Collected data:
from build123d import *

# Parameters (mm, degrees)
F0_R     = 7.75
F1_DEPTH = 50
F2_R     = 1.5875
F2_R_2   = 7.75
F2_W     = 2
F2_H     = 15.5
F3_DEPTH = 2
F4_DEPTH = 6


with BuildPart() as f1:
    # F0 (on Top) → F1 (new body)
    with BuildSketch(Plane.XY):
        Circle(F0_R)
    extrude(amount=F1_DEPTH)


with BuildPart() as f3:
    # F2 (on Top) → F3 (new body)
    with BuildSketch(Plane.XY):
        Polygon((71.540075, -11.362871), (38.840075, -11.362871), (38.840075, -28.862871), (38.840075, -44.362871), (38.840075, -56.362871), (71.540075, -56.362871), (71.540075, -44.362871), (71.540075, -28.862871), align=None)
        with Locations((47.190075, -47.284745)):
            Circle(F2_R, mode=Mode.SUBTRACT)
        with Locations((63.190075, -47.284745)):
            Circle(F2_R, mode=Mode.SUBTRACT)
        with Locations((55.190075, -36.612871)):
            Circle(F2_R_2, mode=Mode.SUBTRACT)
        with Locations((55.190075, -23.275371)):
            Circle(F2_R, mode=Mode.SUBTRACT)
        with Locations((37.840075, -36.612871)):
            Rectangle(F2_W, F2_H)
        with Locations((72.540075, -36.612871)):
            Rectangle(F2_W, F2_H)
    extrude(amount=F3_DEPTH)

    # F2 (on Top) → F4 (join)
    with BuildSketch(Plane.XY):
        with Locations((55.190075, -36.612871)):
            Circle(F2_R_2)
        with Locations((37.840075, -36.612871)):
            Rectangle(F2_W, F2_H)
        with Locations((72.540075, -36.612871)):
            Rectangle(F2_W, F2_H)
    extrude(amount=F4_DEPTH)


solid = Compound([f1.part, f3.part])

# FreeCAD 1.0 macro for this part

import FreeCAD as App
import Part
import Sketcher

V = App.Vector
Q = App.Units.Quantity


def add_polygon(sketch, points):
    """Adds a closed chain of lines whose ends are joined by coincident constraints."""
    first, n = sketch.GeometryCount, len(points)
    for a, b in zip(points, points[1:] + points[:1]):
        sketch.addGeometry(Part.LineSegment(App.Vector(*a, 0), App.Vector(*b, 0)), False)
    for i in range(n):
        sketch.addConstraint(Sketcher.Constraint("Coincident", first + i, 2, first + (i + 1) % n, 1))

doc = App.newDocument("Part")
body = doc.addObject("PartDesign::Body", "Body")

# Sketch on XY plane
sketch1 = body.newObject("Sketcher::SketchObject", "Sketch")
sketch1.AttachmentSupport = (doc.getObject("XY_Plane"), [""])
sketch1.MapMode = "FlatFace"
sketch1.addGeometry(Part.Circle(V(0, 0, 0), V(0, 0, 1), 8), False)
sketch1.addConstraint([
    Sketcher.Constraint("Coincident", 0, 3, -1, 1),
    Sketcher.Constraint("Diameter", 0, Q("15.5 mm")),
])
pad1 = body.newObject("PartDesign::Pad", "Pad")
pad1.Profile = sketch1
pad1.Length = 50
body2 = doc.addObject("PartDesign::Body", "Body001")

# Sketch on XY plane
sketch2 = body2.newObject("Sketcher::SketchObject", "Sketch001")
sketch2.AttachmentSupport = (doc.getObject("XY_Plane001"), [""])
sketch2.MapMode = "FlatFace"
add_polygon(sketch2, [(71.5, -11.4), (38.8, -11.4), (38.8, -28.9), (36.8, -28.9), (36.8, -44.4), (38.8, -44.4), (38.8, -56.4), (71.5, -56.4), (71.5, -44.4), (73.5, -44.4), (73.5, -28.9), (71.5, -28.9)])  # lines 0-11
sketch2.addGeometry(Part.Circle(V(47.2, -47.3, 0), V(0, 0, 1), 1.6), False)  # 12
sketch2.addGeometry(Part.Circle(V(63.2, -47.3, 0), V(0, 0, 1), 1.6), False)  # 13
sketch2.addGeometry(Part.Circle(V(55.2, -36.6, 0), V(0, 0, 1), 7.8), False)  # 14
sketch2.addGeometry(Part.Circle(V(55.2, -23.3, 0), V(0, 0, 1), 1.6), False)  # 15
sketch2.addConstraint([
    Sketcher.Constraint("Horizontal", 0),
    Sketcher.Constraint("Vertical", 1),
    Sketcher.Constraint("Horizontal", 2),
    Sketcher.Constraint("Vertical", 3),
    Sketcher.Constraint("Horizontal", 4),
    Sketcher.Constraint("Vertical", 5),
    Sketcher.Constraint("Horizontal", 6),
    Sketcher.Constraint("Vertical", 7),
    Sketcher.Constraint("Horizontal", 8),
    Sketcher.Constraint("Vertical", 9),
    Sketcher.Constraint("Horizontal", 10),
    Sketcher.Constraint("Vertical", 11),
    Sketcher.Constraint("Equal", 12, 13),
    Sketcher.Constraint("Equal", 13, 15),
    Sketcher.Constraint("Horizontal", 12, 3, 13, 3),
    Sketcher.Constraint("Horizontal", 4, 2, 7, 2),
    Sketcher.Constraint("Horizontal", 2, 2, 9, 2),
    Sketcher.Constraint("Vertical", 14, 3, 15, 3),
    Sketcher.Constraint("Vertical", 1, 2, 4, 2),
    Sketcher.Constraint("Vertical", 7, 2, 10, 2),
    Sketcher.Constraint("Equal", 4, 8),
    Sketcher.Constraint("Diameter", 14, Q("15.5 mm")),
    Sketcher.Constraint("DistanceX", 2, 2, 2, 1, Q("2 mm")),
    Sketcher.Constraint("DistanceY", 5, 2, 5, 1, Q("12 mm")),
    Sketcher.Constraint("Diameter", 12, Q("3.175 mm")),
    Sketcher.Constraint("DistanceX", 0, 2, 0, 1, Q("32.7 mm")),
    Sketcher.Constraint("DistanceY", 1, 2, 1, 1, Q("17.5 mm")),
    Sketcher.Constraint("DistanceY", 3, 2, 3, 1, Q("15.5 mm")),
    Sketcher.Constraint("DistanceX", 12, 3, 13, 3, Q("16 mm")),
    Sketcher.Constraint("DistanceX", 12, 3, 14, 3, Q("8 mm")),
    Sketcher.Constraint("DistanceX", 0, 2, 15, 3, Q("16.35 mm")),
    Sketcher.Constraint("DistanceY", 14, 3, 0, 2, Q("25.25 mm")),
    Sketcher.Constraint("DistanceY", 14, 3, 15, 3, Q("13.3375 mm")),
    Sketcher.Constraint("DistanceY", 14, 3, -1, 1, Q("36.612871 mm")),
    Sketcher.Constraint("DistanceX", -1, 1, 12, 3, Q("47.190075 mm")),
    Sketcher.Constraint("DistanceY", 12, 3, -1, 1, Q("47.284745 mm")),
])
pad2 = body2.newObject("PartDesign::Pad", "Pad001")
pad2.Profile = sketch2
pad2.Length = 2

# Sketch on XY plane
sketch3 = body2.newObject("Sketcher::SketchObject", "Sketch002")
sketch3.AttachmentSupport = (doc.getObject("XY_Plane001"), [""])
sketch3.MapMode = "FlatFace"
sketch3.addGeometry(Part.Circle(V(55.2, -36.6, 0), V(0, 0, 1), 7.8), False)  # 0
add_polygon(sketch3, [(36.8, -28.9), (36.8, -44.4), (38.8, -44.4), (38.8, -28.9)])  # lines 1-4
add_polygon(sketch3, [(71.5, -28.9), (71.5, -44.4), (73.5, -44.4), (73.5, -28.9)])  # lines 5-8
sketch3.addConstraint([
    Sketcher.Constraint("Vertical", 1),
    Sketcher.Constraint("Horizontal", 2),
    Sketcher.Constraint("Vertical", 3),
    Sketcher.Constraint("Horizontal", 4),
    Sketcher.Constraint("Vertical", 5),
    Sketcher.Constraint("Horizontal", 6),
    Sketcher.Constraint("Vertical", 7),
    Sketcher.Constraint("Horizontal", 8),
    Sketcher.Constraint("Horizontal", 2, 2, 5, 2),
    Sketcher.Constraint("Horizontal", 4, 2, 7, 2),
    Sketcher.Constraint("Equal", 4, 6),
    Sketcher.Constraint("Diameter", 0, Q("15.5 mm")),
    Sketcher.Constraint("DistanceX", 2, 1, 2, 2, Q("2 mm")),
    Sketcher.Constraint("DistanceY", 1, 2, 1, 1, Q("15.5 mm")),
    Sketcher.Constraint("DistanceX", 2, 2, 5, 2, Q("32.7 mm")),
    Sketcher.Constraint("DistanceX", 1, 2, 0, 3, Q("18.35 mm")),
    Sketcher.Constraint("DistanceY", 1, 2, 0, 3, Q("7.75 mm")),
    Sketcher.Constraint("DistanceY", 0, 3, -1, 1, Q("36.612871 mm")),
    Sketcher.Constraint("DistanceX", -1, 1, 0, 3, Q("55.190075 mm")),
])
pad3 = body2.newObject("PartDesign::Pad", "Pad002")
pad3.Profile = sketch3
pad3.Length = 6

doc.recompute()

> **What is being asked**:
The answer is the records above restated word for word from their opening line through the line that holds "Circle(F0_R)", both included, and nothing else.

> **Your response**:
from build123d import *

# Parameters (mm, degrees)
F0_R     = 7.75
F1_DEPTH = 50
F2_R     = 1.5875
F2_R_2   = 7.75
F2_W     = 2
F2_H     = 15.5
F3_DEPTH = 2
F4_DEPTH = 6


with BuildPart() as f1:
    # F0 (on Top) → F1 (new body)
    with BuildSketch(Plane.XY):
        Circle(F0_R)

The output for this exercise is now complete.